No manuscrito, elaborado por 22 pneumologistas e pneumopediatras, com extensa experiência na área, entre eles, José Eduardo Delfini Cançado, professor da Faculdade de Ciências Médicas da Santa Casa de São Paulo, são feitas recomendações para o tratamento farmacológico da asma, adaptando as mais recentes diretrizes internacionais à realidade brasileira. Trata-se de documento importante, com diversas mudanças e atualizações no tratamento de pacientes com asma.

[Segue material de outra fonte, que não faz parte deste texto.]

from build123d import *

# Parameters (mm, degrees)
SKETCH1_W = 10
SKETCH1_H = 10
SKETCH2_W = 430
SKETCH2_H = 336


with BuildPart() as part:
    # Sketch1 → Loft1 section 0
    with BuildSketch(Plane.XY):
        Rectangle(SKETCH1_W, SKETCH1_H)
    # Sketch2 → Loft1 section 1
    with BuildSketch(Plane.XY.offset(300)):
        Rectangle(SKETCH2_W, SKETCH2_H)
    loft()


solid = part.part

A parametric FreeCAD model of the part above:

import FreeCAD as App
import Part
import Sketcher

V = App.Vector
Q = App.Units.Quantity


def add_polygon(sketch, points):
    """Adds a closed chain of lines whose ends are joined by coincident constraints."""
    first, n = sketch.GeometryCount, len(points)
    for a, b in zip(points, points[1:] + points[:1]):
        sketch.addGeometry(Part.LineSegment(App.Vector(*a, 0), App.Vector(*b, 0)), False)
    for i in range(n):
        sketch.addConstraint(Sketcher.Constraint("Coincident", first + i, 2, first + (i + 1) % n, 1))

doc = App.newDocument("Part")
params = doc.addObject("Spreadsheet::Sheet", "Params")
for row, (alias, value) in enumerate([
    ("sketch1_width", "10 mm"),
    ("sketch2_width", "430 mm"),
    ("sketch2_height", "336 mm"),
], start=1):
    params.set(f"A{row}", alias)
    params.set(f"B{row}", "=" + value)
    params.setAlias(f"B{row}", alias)

body = doc.addObject("PartDesign::Body", "Body")

# Sketch on XY plane
sketch1 = body.newObject("Sketcher::SketchObject", "Sketch")
sketch1.AttachmentSupport = (doc.getObject("XY_Plane"), [""])
sketch1.MapMode = "FlatFace"
add_polygon(sketch1, [(-5, 5), (-5, -5), (5, -5), (5, 5)])  # lines 0-3
sketch1.addConstraint([
    Sketcher.Constraint("Vertical", 0),
    Sketcher.Constraint("Horizontal", 1),
    Sketcher.Constraint("Vertical", 2),
    Sketcher.Constraint("Horizontal", 3),
    Sketcher.Constraint("Symmetric", 0, 2, 2, 2, -1, 1),
    Sketcher.Constraint("Equal", 3, 0),
    Sketcher.Constraint("DistanceX", 1, 1, 1, 2, Q("10 mm")),
])
sketch1.setExpression("Constraints[10]", "Params.sketch1_width")

# Sketch on XY plane
sketch2 = body.newObject("Sketcher::SketchObject", "Sketch001")
sketch2.AttachmentSupport = (doc.getObject("XY_Plane"), [""])
sketch2.MapMode = "FlatFace"
sketch2.AttachmentOffset = App.Placement(V(0, 0, 300), App.Rotation())
add_polygon(sketch2, [(-215, 168), (-215, -168), (215, -168), (215, 168)])  # lines 0-3
sketch2.addConstraint([
    Sketcher.Constraint("Vertical", 0),
    Sketcher.Constraint("Horizontal", 1),
    Sketcher.Constraint("Vertical", 2),
    Sketcher.Constraint("Horizontal", 3),
    Sketcher.Constraint("Symmetric", 0, 2, 2, 2, -1, 1),
    Sketcher.Constraint("DistanceX", 1, 1, 1, 2, Q("430 mm")),
    Sketcher.Constraint("DistanceY", 0, 2, 0, 1, Q("336 mm")),
])
sketch2.setExpression("Constraints[9]", "Params.sketch2_width")
sketch2.setExpression("Constraints[10]", "Params.sketch2_height")

additiveloft = body.newObject("PartDesign::AdditiveLoft", "AdditiveLoft")
additiveloft.Profile = sketch1
additiveloft.Sections = [sketch2]

doc.recompute()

O texto mostra que o objetivo do tratamento da asma deve ser alcançar e manter o controle da doença e evitar riscos futuros (exacerbações, instabilidade da doença, perda acelerada da função pulmonar e efeitos adversos do tratamento). Isso implica em uma abordagem personalizada, incluindo tratamento farmacológico, educação do paciente, plano de ação por escrito, treinamento para uso do dispositivo inalatório e revisão da técnica inalatória a cada visita ao consultório.

A escolha dos tópicos ou questões relacionadas às mudanças mais significativas nos conceitos e, consequentemente, no manejo da asma na prática clínica foi realizada por um painel de especialistas. Foi solicitado a cada especialista que revisasse criticamente um tópico ou respondesse a uma pergunta, com base em evidências, para estas recomendações. Numa segunda
fase, três especialistas discutiram e estruturaram todos os textos submetidos pelos demais e, na última fase, todos revisaram e discutiram cada recomendação. As presentes recomendações se aplicam a adultos e crianças com asma e destinam-se a médicos envolvidos no tratamento da doença.

Acesse o documento aqui.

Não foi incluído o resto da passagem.